Swan(sea) Song – personal research during my six years at Swansea ... and bey...
Swan(sea) Song – personal research during my six years at Swansea ... and bey...Swan(sea) Song – personal research during my six years at Swansea ... and bey...
Swan(sea) Song – personal research during my six years at Swansea ... and bey...Alan Dix
 
04-2024-HHUG-Sales-and-Marketing-Alignment.pptx
04-2024-HHUG-Sales-and-Marketing-Alignment.pptx04-2024-HHUG-Sales-and-Marketing-Alignment.pptx
04-2024-HHUG-Sales-and-Marketing-Alignment.pptxHampshireHUG
 
Azure Monitor & Application Insight to monitor Infrastructure & Application
Azure Monitor & Application Insight to monitor Infrastructure & ApplicationAzure Monitor & Application Insight to monitor Infrastructure & Application
Azure Monitor & Application Insight to monitor Infrastructure & ApplicationAndikSusilo4
 
GenCyber Cyber Security Day Presentation
GenCyber Cyber Security Day PresentationGenCyber Cyber Security Day Presentation
GenCyber Cyber Security Day PresentationMichael W. Hawkins
 
08448380779 Call Girls In Diplomatic Enclave Women Seeking Men
08448380779 Call Girls In Diplomatic Enclave Women Seeking Men08448380779 Call Girls In Diplomatic Enclave Women Seeking Men
08448380779 Call Girls In Diplomatic Enclave Women Seeking MenDelhi Call girls
 

Dernier (20)

Pigging Solutions in Pet Food Manufacturing
Pigging Solutions in Pet Food ManufacturingPigging Solutions in Pet Food Manufacturing
Pigging Solutions in Pet Food Manufacturing
 
Breaking the Kubernetes Kill Chain: Host Path Mount
Breaking the Kubernetes Kill Chain: Host Path MountBreaking the Kubernetes Kill Chain: Host Path Mount
Breaking the Kubernetes Kill Chain: Host Path Mount
 
From Event to Action: Accelerate Your Decision Making with Real-Time Automation
From Event to Action: Accelerate Your Decision Making with Real-Time AutomationFrom Event to Action: Accelerate Your Decision Making with Real-Time Automation
From Event to Action: Accelerate Your Decision Making with Real-Time Automation
 
FULL ENJOY 🔝 8264348440 🔝 Call Girls in Diplomatic Enclave | Delhi
FULL ENJOY 🔝 8264348440 🔝 Call Girls in Diplomatic Enclave | DelhiFULL ENJOY 🔝 8264348440 🔝 Call Girls in Diplomatic Enclave | Delhi
FULL ENJOY 🔝 8264348440 🔝 Call Girls in Diplomatic Enclave | Delhi
 
#StandardsGoals for 2024: What’s new for BISAC - Tech Forum 2024
#StandardsGoals for 2024: What’s new for BISAC - Tech Forum 2024#StandardsGoals for 2024: What’s new for BISAC - Tech Forum 2024
#StandardsGoals for 2024: What’s new for BISAC - Tech Forum 2024
 
Integration and Automation in Practice: CI/CD in Mule Integration and Automat...
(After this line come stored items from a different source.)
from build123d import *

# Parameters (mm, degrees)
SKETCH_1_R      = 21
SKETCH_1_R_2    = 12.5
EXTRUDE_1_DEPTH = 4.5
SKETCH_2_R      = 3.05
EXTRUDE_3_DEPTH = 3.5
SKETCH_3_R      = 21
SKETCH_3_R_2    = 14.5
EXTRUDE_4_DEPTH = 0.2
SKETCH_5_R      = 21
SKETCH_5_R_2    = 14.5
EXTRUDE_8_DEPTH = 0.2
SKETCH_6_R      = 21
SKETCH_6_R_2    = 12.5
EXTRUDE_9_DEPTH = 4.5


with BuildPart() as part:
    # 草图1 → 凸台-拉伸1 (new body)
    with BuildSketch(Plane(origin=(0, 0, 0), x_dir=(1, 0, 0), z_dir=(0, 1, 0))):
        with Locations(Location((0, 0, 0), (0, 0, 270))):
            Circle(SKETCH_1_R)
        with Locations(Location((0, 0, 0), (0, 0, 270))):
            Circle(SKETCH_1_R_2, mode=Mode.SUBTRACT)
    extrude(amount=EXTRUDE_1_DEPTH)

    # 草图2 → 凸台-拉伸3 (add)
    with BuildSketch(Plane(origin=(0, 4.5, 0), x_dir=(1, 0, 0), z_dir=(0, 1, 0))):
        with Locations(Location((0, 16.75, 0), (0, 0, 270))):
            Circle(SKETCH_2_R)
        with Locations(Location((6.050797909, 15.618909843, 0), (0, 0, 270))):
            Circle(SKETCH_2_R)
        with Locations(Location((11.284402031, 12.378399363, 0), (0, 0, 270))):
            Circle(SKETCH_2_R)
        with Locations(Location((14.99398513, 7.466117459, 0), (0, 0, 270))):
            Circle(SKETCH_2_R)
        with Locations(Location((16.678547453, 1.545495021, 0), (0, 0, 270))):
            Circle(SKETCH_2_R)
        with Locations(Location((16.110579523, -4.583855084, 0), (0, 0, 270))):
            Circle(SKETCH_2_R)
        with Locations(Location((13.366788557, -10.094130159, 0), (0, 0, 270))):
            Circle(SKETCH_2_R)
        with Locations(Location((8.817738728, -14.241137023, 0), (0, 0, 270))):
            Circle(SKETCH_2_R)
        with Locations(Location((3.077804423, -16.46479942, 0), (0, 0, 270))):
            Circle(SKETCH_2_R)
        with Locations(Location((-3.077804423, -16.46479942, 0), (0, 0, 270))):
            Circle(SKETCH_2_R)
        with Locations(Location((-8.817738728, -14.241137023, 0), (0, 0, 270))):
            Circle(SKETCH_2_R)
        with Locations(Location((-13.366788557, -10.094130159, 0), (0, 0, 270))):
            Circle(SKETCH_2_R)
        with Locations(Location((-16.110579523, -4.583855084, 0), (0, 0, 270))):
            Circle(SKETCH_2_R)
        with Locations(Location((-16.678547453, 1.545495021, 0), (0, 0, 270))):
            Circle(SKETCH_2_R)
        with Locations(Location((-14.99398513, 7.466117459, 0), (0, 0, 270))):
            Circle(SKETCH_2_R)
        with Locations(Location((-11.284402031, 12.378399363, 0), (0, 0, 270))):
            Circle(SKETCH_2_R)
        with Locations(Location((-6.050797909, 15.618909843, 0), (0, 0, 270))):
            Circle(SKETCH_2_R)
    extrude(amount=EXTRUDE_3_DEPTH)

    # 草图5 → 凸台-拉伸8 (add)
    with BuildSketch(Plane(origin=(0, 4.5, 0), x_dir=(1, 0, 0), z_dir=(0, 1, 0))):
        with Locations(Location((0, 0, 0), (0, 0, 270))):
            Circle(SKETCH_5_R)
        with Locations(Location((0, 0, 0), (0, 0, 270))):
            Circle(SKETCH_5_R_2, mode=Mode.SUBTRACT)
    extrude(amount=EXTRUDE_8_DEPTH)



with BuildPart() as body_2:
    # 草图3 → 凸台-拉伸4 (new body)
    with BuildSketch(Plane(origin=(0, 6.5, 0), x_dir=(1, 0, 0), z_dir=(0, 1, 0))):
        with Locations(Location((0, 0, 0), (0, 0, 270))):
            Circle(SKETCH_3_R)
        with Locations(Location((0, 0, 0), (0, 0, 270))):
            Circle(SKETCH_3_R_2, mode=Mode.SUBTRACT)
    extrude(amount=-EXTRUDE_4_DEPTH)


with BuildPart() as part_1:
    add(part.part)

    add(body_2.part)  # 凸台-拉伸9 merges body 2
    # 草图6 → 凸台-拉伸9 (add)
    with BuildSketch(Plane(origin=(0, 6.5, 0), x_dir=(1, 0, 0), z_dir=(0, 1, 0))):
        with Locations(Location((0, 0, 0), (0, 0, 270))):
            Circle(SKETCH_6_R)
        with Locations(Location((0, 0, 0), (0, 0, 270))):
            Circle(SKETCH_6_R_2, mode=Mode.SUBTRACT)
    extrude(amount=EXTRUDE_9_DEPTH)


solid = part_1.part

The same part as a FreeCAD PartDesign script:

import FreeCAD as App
import Part
import Sketcher

doc = App.newDocument("Part")
body = doc.addObject("PartDesign::Body", "Body")

# Sketch on XZ plane
sketch1 = body.newObject("Sketcher::SketchObject", "Sketch")
sketch1.AttachmentSupport = (doc.getObject("XZ_Plane"), [""])
sketch1.MapMode = "FlatFace"
sketch1.addGeometry(Part.Circle(App.Vector(0, 0, 0), App.Vector(0, 0, 1), 21), False)
sketch1.addGeometry(Part.Circle(App.Vector(0, 0, 0), App.Vector(0, 0, 1), 12), False)
sketch1.addConstraint(Sketcher.Constraint("Coincident", 0, 3, -1, 1))
sketch1.addConstraint(Sketcher.Constraint("Coincident", 1, 3, -1, 1))
sketch1.addConstraint(Sketcher.Constraint("Diameter", 0, 42.0))
sketch1.addConstraint(Sketcher.Constraint("Diameter", 1, 25.0))
pad1 = body.newObject("PartDesign::Pad", "Pad")
pad1.Profile = sketch1
pad1.Length = 4.5
pad1.Reversed = True

# Sketch on XZ plane
sketch2 = body.newObject("Sketcher::SketchObject", "Sketch001")
sketch2.AttachmentSupport = (doc.getObject("XZ_Plane"), [""])
sketch2.MapMode = "FlatFace"
sketch2.AttachmentOffset = App.Placement(App.Vector(0, 0, -4.5), App.Rotation())
sketch2.addGeometry(Part.Circle(App.Vector(0, -16.8, 0), App.Vector(0, 0, 1), 3), False)
sketch2.addGeometry(Part.Circle(App.Vector(6.1, -15.6, 0), App.Vector(0, 0, 1), 3), False)
sketch2.addGeometry(Part.Circle(App.Vector(11.3, -12.4, 0), App.Vector(0, 0, 1), 3), False)
sketch2.addGeometry(Part.Circle(App.Vector(15, -7.5, 0), App.Vector(0, 0, 1), 3), False)
sketch2.addGeometry(Part.Circle(App.Vector(16.7, -1.5, 0), App.Vector(0, 0, 1), 3), False)
sketch2.addGeometry(Part.Circle(App.Vector(16.1, 4.6, 0), App.Vector(0, 0, 1), 3), False)
sketch2.addGeometry(Part.Circle(App.Vector(13.4, 10.1, 0), App.Vector(0, 0, 1), 3), False)
sketch2.addGeometry(Part.Circle(App.Vector(8.8, 14.2, 0), App.Vector(0, 0, 1), 3), False)
sketch2.addGeometry(Part.Circle(App.Vector(3.1, 16.5, 0), App.Vector(0, 0, 1), 3), False)
sketch2.addGeometry(Part.Circle(App.Vector(-3.1, 16.5, 0), App.Vector(0, 0, 1), 3), False)
sketch2.addGeometry(Part.Circle(App.Vector(-8.8, 14.2, 0), App.Vector(0, 0, 1), 3), False)
sketch2.addGeometry(Part.Circle(App.Vector(-13.4, 10.1, 0), App.Vector(0, 0, 1), 3), False)
sketch2.addGeometry(Part.Circle(App.Vector(-16.1, 4.6, 0), App.Vector(0, 0, 1), 3), False)
sketch2.addGeometry(Part.Circle(App.Vector(-16.7, -1.5, 0), App.Vector(0, 0, 1), 3), False)
sketch2.addGeometry(Part.Circle(App.Vector(-15, -7.5, 0), App.Vector(0, 0, 1), 3), False)
sketch2.addGeometry(Part.Circle(App.Vector(-11.3, -12.4, 0), App.Vector(0, 0, 1), 3), False)
sketch2.addGeometry(Part.Circle(App.Vector(-6.1, -15.6, 0), App.Vector(0, 0, 1), 3), False)
sketch2.addConstraint(Sketcher.Constraint("Equal", 0, 1))
sketch2.addConstraint(Sketcher.Constraint("Equal", 1, 2))
sketch2.addConstraint(Sketcher.Constraint("Equal", 2, 3))
sketch2.addConstraint(Sketcher.Constraint("Equal", 3, 4))
sketch2.addConstraint(Sketcher.Constraint("Equal", 4, 5))
sketch2.addConstraint(Sketcher.Constraint("Equal", 5, 6))
sketch2.addConstraint(Sketcher.Constraint("Equal", 6, 7))
sketch2.addConstraint(Sketcher.Constraint("Equal", 7, 8))
sketch2.addConstraint(Sketcher.Constraint("Equal", 8, 9))
sketch2.addConstraint(Sketcher.Constraint("Equal", 9, 10))
sketch2.addConstraint(Sketcher.Constraint("Equal", 10, 11))
sketch2.addConstraint(Sketcher.Constraint("Equal", 11, 12))
sketch2.addConstraint(Sketcher.Constraint("Equal", 12, 13))
sketch2.addConstraint(Sketcher.Constraint("Equal", 13, 14))
sketch2.addConstraint(Sketcher.Constraint("Equal", 14, 15))
sketch2.addConstraint(Sketcher.Constraint("Equal", 15, 16))
sketch2.addConstraint(Sketcher.Constraint("Symmetric", 8, 3, 9, 3, -2))
sketch2.addConstraint(Sketcher.Constraint("Symmetric", 7, 3, 10, 3, -2))
sketch2.addConstraint(Sketcher.Constraint("Symmetric", 6, 3, 11, 3, -2))
sketch2.addConstraint(Sketcher.Constraint("Symmetric", 5, 3, 12, 3, -2))
sketch2.addConstraint(Sketcher.Constraint("Symmetric", 4, 3, 13, 3, -2))
sketch2.addConstraint(Sketcher.Constraint("Symmetric", 3, 3, 14, 3, -2))
sketch2.addConstraint(Sketcher.Constraint("Symmetric", 2, 3, 15, 3, -2))
sketch2.addConstraint(Sketcher.Constraint("Symmetric", 1, 3, 16, 3, -2))
sketch2.addConstraint(Sketcher.Constraint("PointOnObject", 0, 3, -2))
sketch2.addConstraint(Sketcher.Constraint("Diameter", 0, 6.1))
sketch2.addConstraint(Sketcher.Constraint("DistanceY", 0, 3, -1, 1, 16.75))
sketch2.addConstraint(Sketcher.Constraint("DistanceY", 2, 3, -1, 1, 12.378399))
sketch2.addConstraint(Sketcher.Constraint("DistanceY", -1, 1, 8, 3, 16.464799))
sketch2.addConstraint(Sketcher.Constraint("DistanceX", 15, 3, 1, 3, 17.3352))
sketch2.addConstraint(Sketcher.Constraint("DistanceY", 1, 3, -1, 1, 15.61891))
sketch2.addConstraint(Sketcher.Constraint("DistanceX", -1, 1, 5, 3, 16.11058))
sketch2.addConstraint(Sketcher.Constraint("DistanceX", -1, 1, 6, 3, 13.366789))
sketch2.addConstraint(Sketcher.Constraint("DistanceY", -1, 1, 6, 3, 10.09413))
sketch2.addConstraint(Sketcher.Constraint("DistanceX", -1, 1, 7, 3, 8.817739))
sketch2.addConstraint(Sketcher.Constraint("DistanceY", 2, 3, 3, 3, 4.912282))
sketch2.addConstraint(Sketcher.Constraint("DistanceX", 1, 3, 4, 3, 10.62775))
sketch2.addConstraint(Sketcher.Constraint("DistanceY", 4, 3, 5, 3, 6.12935))
sketch2.addConstraint(Sketcher.Constraint("DistanceX", 1, 3, 5, 3, 10.059782))
sketch2.addConstraint(Sketcher.Constraint("DistanceY", 5, 3, 7, 3, 9.657282))
sketch2.addConstraint(Sketcher.Constraint("DistanceX", 8, 3, 3, 3, 11.916181))
sketch2.addConstraint(Sketcher.Constraint("DistanceX", 9, 3, 8, 3, 6.155609))
sketch2.addConstraint(Sketcher.Constraint("DistanceY", 4, 3, -1, 1, 1.545495))
pad2 = body.newObject("PartDesign::Pad", "Pad001")
pad2.Profile = sketch2
pad2.Length = 3.5
pad2.Reversed = True

# Sketch on XZ plane
sketch3 = body.newObject("Sketcher::SketchObject", "Sketch002")
sketch3.AttachmentSupport = (doc.getObject("XZ_Plane"), [""])
sketch3.MapMode = "FlatFace"
sketch3.AttachmentOffset = App.Placement(App.Vector(0, 0, -4.5), App.Rotation())
sketch3.addGeometry(Part.Circle(App.Vector(0, 0, 0), App.Vector(0, 0, 1), 21), False)
sketch3.addGeometry(Part.Circle(App.Vector(0, 0, 0), App.Vector(0, 0, 1), 14), False)
sketch3.addConstraint(Sketcher.Constraint("Coincident", 0, 3, -1, 1))
sketch3.addConstraint(Sketcher.Constraint("Coincident", 1, 3, -1, 1))
sketch3.addConstraint(Sketcher.Constraint("Diameter", 0, 42.0))
sketch3.addConstraint(Sketcher.Constraint("Diameter", 1, 29.0))
pad3 = body.newObject("PartDesign::Pad", "Pad002")
pad3.Profile = sketch3
pad3.Length = 0.2
pad3.Reversed = True
body2 = doc.addObject("PartDesign::Body", "Body001")

# Sketch on XZ plane
sketch4 = body2.newObject("Sketcher::SketchObject", "Sketch003")
sketch4.AttachmentSupport = (doc.getObject("XZ_Plane001"), [""])
sketch4.MapMode = "FlatFace"
sketch4.AttachmentOffset = App.Placement(App.Vector(0, 0, -6.5), App.Rotation())
sketch4.addGeometry(Part.Circle(App.Vector(0, 0, 0), App.Vector(0, 0, 1), 21), False)
sketch4.addGeometry(Part.Circle(App.Vector(0, 0, 0), App.Vector(0, 0, 1), 14), False)
sketch4.addConstraint(Sketcher.Constraint("Coincident", 0, 3, -1, 1))
sketch4.addConstraint(Sketcher.Constraint("Coincident", 1, 3, -1, 1))
sketch4.addConstraint(Sketcher.Constraint("Diameter", 0, 42.0))
sketch4.addConstraint(Sketcher.Constraint("Diameter", 1, 29.0))
pad4 = body2.newObject("PartDesign::Pad", "Pad003")
pad4.Profile = sketch4
pad4.Length = 0.2
doc.recompute()

boolean = body.newObject("PartDesign::Boolean", "Boolean")
boolean.Type = "Fuse"
boolean.addObjects([body2])

# Sketch on XZ plane
sketch5 = body.newObject("Sketcher::SketchObject", "Sketch004")
sketch5.AttachmentSupport = (doc.getObject("XZ_Plane"), [""])
sketch5.MapMode = "FlatFace"
sketch5.AttachmentOffset = App.Placement(App.Vector(0, 0, -6.5), App.Rotation())
sketch5.addGeometry(Part.Circle(App.Vector(0, 0, 0), App.Vector(0, 0, 1), 21), False)
sketch5.addGeometry(Part.Circle(App.Vector(0, 0, 0), App.Vector(0, 0, 1), 12), False)
sketch5.addConstraint(Sketcher.Constraint("Coincident", 0, 3, -1, 1))
sketch5.addConstraint(Sketcher.Constraint("Coincident", 1, 3, -1, 1))
sketch5.addConstraint(Sketcher.Constraint("Diameter", 0, 42.0))
sketch5.addConstraint(Sketcher.Constraint("Diameter", 1, 25.0))
pad5 = body.newObject("PartDesign::Pad", "Pad004")
pad5.Profile = sketch5
pad5.Length = 4.5
pad5.Reversed = True

doc.recompute()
Integration and Automation in Practice: CI/CD in Mule Integration and Automat...Integration and Automation in Practice: CI/CD in Mule Integration and Automat...
Integration and Automation in Practice: CI/CD in Mule Integration and Automat...
 
Neo4j - How KGs are shaping the future of Generative AI at AWS Summit London ...
Neo4j - How KGs are shaping the future of Generative AI at AWS Summit London ...Neo4j - How KGs are shaping the future of Generative AI at AWS Summit London ...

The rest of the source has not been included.